*** Opening of Dataset records ***

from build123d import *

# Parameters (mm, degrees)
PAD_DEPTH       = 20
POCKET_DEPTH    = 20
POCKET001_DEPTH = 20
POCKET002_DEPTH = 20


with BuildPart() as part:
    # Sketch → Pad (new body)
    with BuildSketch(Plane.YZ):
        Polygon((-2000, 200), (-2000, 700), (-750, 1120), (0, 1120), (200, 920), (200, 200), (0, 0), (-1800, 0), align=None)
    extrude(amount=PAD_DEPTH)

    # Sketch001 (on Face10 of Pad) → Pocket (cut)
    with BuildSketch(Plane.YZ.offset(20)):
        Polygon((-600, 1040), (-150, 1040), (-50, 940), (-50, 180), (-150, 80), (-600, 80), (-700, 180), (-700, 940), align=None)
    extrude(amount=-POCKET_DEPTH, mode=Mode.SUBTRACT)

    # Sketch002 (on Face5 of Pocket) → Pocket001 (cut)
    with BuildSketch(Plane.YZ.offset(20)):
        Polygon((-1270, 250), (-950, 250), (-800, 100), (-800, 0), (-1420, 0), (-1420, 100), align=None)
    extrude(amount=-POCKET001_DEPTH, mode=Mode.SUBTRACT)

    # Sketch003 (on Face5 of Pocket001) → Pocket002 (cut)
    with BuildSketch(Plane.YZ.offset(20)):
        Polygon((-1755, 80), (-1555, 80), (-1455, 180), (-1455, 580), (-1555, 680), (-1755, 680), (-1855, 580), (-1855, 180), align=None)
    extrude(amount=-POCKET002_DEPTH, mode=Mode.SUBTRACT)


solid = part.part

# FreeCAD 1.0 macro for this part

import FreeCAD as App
import Part
import Sketcher

V = App.Vector
Q = App.Units.Quantity

doc = App.newDocument("Part")
body = doc.addObject("PartDesign::Body", "Body")

sketch1 = body.newObject("Sketcher::SketchObject", "Sketch")
sketch1.AttachmentSupport = (doc.getObject("YZ_Plane"), [""])
sketch1.MapMode = "FlatFace"
sketch1.addGeometry([
    Part.LineSegment(V(-2000, 700, 0), V(-2000, 200, 0)),
    Part.LineSegment(V(-2000, 200, 0), V(-1800, 0, 0)),
    Part.LineSegment(V(-1800, 0, 0), V(0, 0, 0)),
    Part.LineSegment(V(0, 0, 0), V(200, 200, 0)),
    Part.LineSegment(V(200, 200, 0), V(200, 920, 0)),
    Part.LineSegment(V(200, 920, 0), V(0, 1120, 0)),
    Part.LineSegment(V(0, 1120, 0), V(-750, 1120, 0)),
    Part.LineSegment(V(-750, 1120, 0), V(-2000, 700, 0)),
], False)
sketch1.addConstraint([
    Sketcher.Constraint("Coincident", 0, 2, 1, 1),
    Sketcher.Constraint("Coincident", 1, 2, 2, 1),
    Sketcher.Constraint("Coincident", 2, 2, 3, 1),
    Sketcher.Constraint("Coincident", 3, 2, 4, 1),
    Sketcher.Constraint("Coincident", 4, 2, 5, 1),
    Sketcher.Constraint("Coincident", 5, 2, 6, 1),
    Sketcher.Constraint("Coincident", 6, 2, 7, 1),
    Sketcher.Constraint("Coincident", 7, 2, 0, 1),
    Sketcher.Constraint("Vertical", 0),
    Sketcher.Constraint("Horizontal", 2),
    Sketcher.Constraint("Vertical", 4),
    Sketcher.Constraint("Horizontal", 6),
    Sketcher.Constraint("Coincident", 2, 2, -1, 1),
    Sketcher.Constraint("PointOnObject", 5, 2, -2),
    Sketcher.Constraint("Perpendicular", 1, 3),
    Sketcher.Constraint("Perpendicular", 3, 5),
    Sketcher.Constraint("Horizontal", 0, 2, 3, 2),
    Sketcher.Constraint("Equal", 1, 3),
    Sketcher.Constraint("DistanceX", 2, 1, 2, 2, Q("1800 mm")),
    Sketcher.Constraint("DistanceX", 6, 2, 6, 1, Q("750 mm")),
    Sketcher.Constraint("DistanceY", 0, 2, 0, 1, Q("500 mm")),
    Sketcher.Constraint("DistanceY", 4, 1, 4, 2, Q("720 mm")),
    Sketcher.Constraint("DistanceX", 0, 2, -1, 1, Q("2000 mm")),
])
pad1 = body.newObject("PartDesign::Pad", "Pad")
pad1.Profile = sketch1
pad1.Length = 20

sketch2 = body.newObject("Sketcher::SketchObject", "Sketch001")
sketch2.AttachmentSupport = (doc.getObject("YZ_Plane"), [""])
sketch2.MapMode = "FlatFace"
sketch2.AttachmentOffset = App.Placement(V(0, 0, 20), App.Rotation())
sketch2.addGeometry([
    Part.LineSegment(V(-150, 1040, 0), V(-600, 1040, 0)),
    Part.LineSegment(V(-600, 1040, 0), V(-700, 940, 0)),
    Part.LineSegment(V(-700, 940, 0), V(-700, 180, 0)),
    Part.LineSegment(V(-700, 180, 0), V(-600, 80, 0)),
    Part.LineSegment(V(-600, 80, 0), V(-150, 80, 0)),
    Part.LineSegment(V(-150, 80, 0), V(-50, 180, 0)),
    Part.LineSegment(V(-50, 180, 0), V(-50, 940, 0)),
    Part.LineSegment(V(-50, 940, 0), V(-150, 1040, 0)),
], False)
sketch2.addConstraint([
    Sketcher.Constraint("Coincident", 0, 2, 1, 1),
    Sketcher.Constraint("Coincident", 1, 2, 2, 1),
    Sketcher.Constraint("Coincident", 2, 2, 3, 1),
    Sketcher.Constraint("Coincident", 3, 2, 4, 1),
    Sketcher.Constraint("Coincident", 4, 2, 5, 1),
    Sketcher.Constraint("Coincident", 5, 2, 6, 1),
    Sketcher.Constraint("Coincident", 6, 2, 7, 1),
    Sketcher.Constraint("Coincident", 7, 2, 0, 1),
    Sketcher.Constraint("Horizontal", 0),
    Sketcher.Constraint("Vertical", 2),
    Sketcher.Constraint("Horizontal", 4),
    Sketcher.Constraint("Vertical", 6),
    Sketcher.Constraint("Perpendicular", 1, 3),
    Sketcher.Constraint("Perpendicular", 3, 5),
    Sketcher.Constraint("Perpendicular", 5, 7),
    Sketcher.Constraint("Horizontal", 2, 2, 5, 2),
    Sketcher.Constraint("Horizontal", 1, 2, 6, 2),
    Sketcher.Constraint("Vertical", 0, 2, 3, 2),
    Sketcher.Constraint("Vertical", 4, 2, 7, 2),
    Sketcher.Constraint("DistanceX", 0, 2, 0, 1, Q("450 mm")),
    Sketcher.Constraint("DistanceY", 2, 2, 2, 1, Q("760 mm")),
    Sketcher.Constraint("DistanceX", 0, 2, -1, 1, Q("600 mm")),
    Sketcher.Constraint("DistanceY", -1, 1, 0, 2, Q("1040 mm")),
    Sketcher.Constraint("DistanceX", 1, 2, -1, 1, Q("700 mm")),
])
pocket1 = body.newObject("PartDesign::Pocket", "Pocket")
pocket1.Profile = sketch2
pocket1.Length = 20

sketch3 = body.newObject("Sketcher::SketchObject", "Sketch002")
sketch3.AttachmentSupport = (doc.getObject("YZ_Plane"), [""])
sketch3.MapMode = "FlatFace"
sketch3.AttachmentOffset = App.Placement(V(0, 0, 20), App.Rotation())
sketch3.addGeometry([
    Part.LineSegment(V(-950, 250, 0), V(-1270, 250, 0)),
    Part.LineSegment(V(-1270, 250, 0), V(-1420, 100, 0)),
    Part.LineSegment(V(-1420, 100, 0), V(-1420, 0, 0)),
    Part.LineSegment(V(-1420, 0, 0), V(-800, 0, 0)),
    Part.LineSegment(V(-800, 0, 0), V(-800, 100, 0)),
    Part.LineSegment(V(-800, 100, 0), V(-950, 250, 0)),
], False)
sketch3.addConstraint([
    Sketcher.Constraint("Coincident", 0, 2, 1, 1),
    Sketcher.Constraint("Coincident", 1, 2, 2, 1),
    Sketcher.Constraint("Coincident", 2, 2, 3, 1),
    Sketcher.Constraint("Coincident", 3, 2, 4, 1),
    Sketcher.Constraint("Coincident", 4, 2, 5, 1),
    Sketcher.Constraint("Coincident", 5, 2, 0, 1),
    Sketcher.Constraint("Horizontal", 0),
    Sketcher.Constraint("Vertical", 2),
    Sketcher.Constraint("Horizontal", 3),
    Sketcher.Constraint("Vertical", 4),
    Sketcher.Constraint("PointOnObject", 2, 2, -1),
    Sketcher.Constraint("Perpendicular", 1, 5),
    Sketcher.Constraint("Horizontal", 1, 2, 4, 2),
    Sketcher.Constraint("Equal", 1, 5),
    Sketcher.Constraint("DistanceX", 0, 2, 0, 1, Q("320 mm")),
    Sketcher.Constraint("DistanceX", 3, 1, 3, 2, Q("620 mm")),
    Sketcher.Constraint("DistanceY", 2, 2, 2, 1, Q("100 mm")),
    Sketcher.Constraint("DistanceX", 0, 2, -1, 1, Q("1270 mm")),
])
pocket2 = body.newObject("PartDesign::Pocket", "Pocket001")
pocket2.Profile = sketch3
pocket2.Length = 20

sketch4 = body.newObject("Sketcher::SketchObject", "Sketch003")
sketch4.AttachmentSupport = (doc.getObject("YZ_Plane"), [""])
sketch4.MapMode = "FlatFace"
sketch4.AttachmentOffset = App.Placement(V(0, 0, 20), App.Rotation())
sketch4.addGeometry([
    Part.LineSegment(V(-1755, 80, 0), V(-1555, 80, 0)),
    Part.LineSegment(V(-1555, 80, 0), V(-1455, 180, 0)),
    Part.LineSegment(V(-1455, 180, 0), V(-1455, 580, 0)),
    Part.LineSegment(V(-1455, 580, 0), V(-1555, 680, 0)),
    Part.LineSegment(V(-1555, 680, 0), V(-1755, 680, 0)),
    Part.LineSegment(V(-1755, 680, 0), V(-1855, 580, 0)),
    Part.LineSegment(V(-1855, 580, 0), V(-1855, 180, 0)),
    Part.LineSegment(V(-1855, 180, 0), V(-1755, 80, 0)),
], False)
sketch4.addConstraint([
    Sketcher.Constraint("Coincident", 0, 2, 1, 1),
    Sketcher.Constraint("Coincident", 1, 2, 2, 1),
    Sketcher.Constraint("Coincident", 2, 2, 3, 1),
    Sketcher.Constraint("Coincident", 3, 2, 4, 1),
    Sketcher.Constraint("Coincident", 4, 2, 5, 1),
    Sketcher.Constraint("Coincident", 5, 2, 6, 1),
    Sketcher.Constraint("Coincident", 6, 2, 7, 1),
    Sketcher.Constraint("Coincident", 7, 2, 0, 1),
    Sketcher.Constraint("Horizontal", 0),
    Sketcher.Constraint("Vertical", 2),
    Sketcher.Constraint("Horizontal", 4),
    Sketcher.Constraint("Vertical", 6),
    Sketcher.Constraint("Perpendicular", 1, 3),
    Sketcher.Constraint("Perpendicular", 3, 5),
    Sketcher.Constraint("Perpendicular", 5, 7),
    Sketcher.Constraint("Horizontal", 2, 2, 5, 2),
    Sketcher.Constraint("Horizontal", 1, 2, 6, 2),
    Sketcher.Constraint("Vertical", 0, 2, 3, 2),
    Sketcher.Constraint("Vertical", 4, 2, 7, 2),
    Sketcher.Constraint("DistanceX", 0, 1, 0, 2, Q("200 mm")),
    Sketcher.Constraint("DistanceY", 2, 1, 2, 2, Q("400 mm")),
    Sketcher.Constraint("DistanceX", 0, 2, -1, 1, Q("1555 mm")),
    Sketcher.Constraint("DistanceY", -1, 1, 0, 2, Q("80 mm")),
    Sketcher.Constraint("DistanceX", 1, 2, -1, 1, Q("1455 mm")),
])
pocket3 = body.newObject("PartDesign::Pocket", "Pocket002")
pocket3.Profile = sketch4
pocket3.Length = 20

doc.recompute()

*** Close of Dataset records ***

● **Task requirements**
The answer is the records above restated word for word from their opening line through the line that holds "(-1855, 180), align=None)", both included, and nothing else.

● **Solution to this problem**
from build123d import *

# Parameters (mm, degrees)
PAD_DEPTH       = 20
POCKET_DEPTH    = 20
POCKET001_DEPTH = 20
POCKET002_DEPTH = 20


with BuildPart() as part:
    # Sketch → Pad (new body)
    with BuildSketch(Plane.YZ):
        Polygon((-2000, 200), (-2000, 700), (-750, 1120), (0, 1120), (200, 920), (200, 200), (0, 0), (-1800, 0), align=None)
    extrude(amount=PAD_DEPTH)

    # Sketch001 (on Face10 of Pad) → Pocket (cut)
    with BuildSketch(Plane.YZ.offset(20)):
        Polygon((-600, 1040), (-150, 1040), (-50, 940), (-50, 180), (-150, 80), (-600, 80), (-700, 180), (-700, 940), align=None)
    extrude(amount=-POCKET_DEPTH, mode=Mode.SUBTRACT)

    # Sketch002 (on Face5 of Pocket) → Pocket001 (cut)
    with BuildSketch(Plane.YZ.offset(20)):
        Polygon((-1270, 250), (-950, 250), (-800, 100), (-800, 0), (-1420, 0), (-1420, 100), align=None)
    extrude(amount=-POCKET001_DEPTH, mode=Mode.SUBTRACT)

    # Sketch003 (on Face5 of Pocket001) → Pocket002 (cut)
    with BuildSketch(Plane.YZ.offset(20)):
        Polygon((-1755, 80), (-1555, 80), (-1455, 180), (-1455, 580), (-1555, 680), (-1755, 680), (-1855, 580), (-1855, 180), align=None)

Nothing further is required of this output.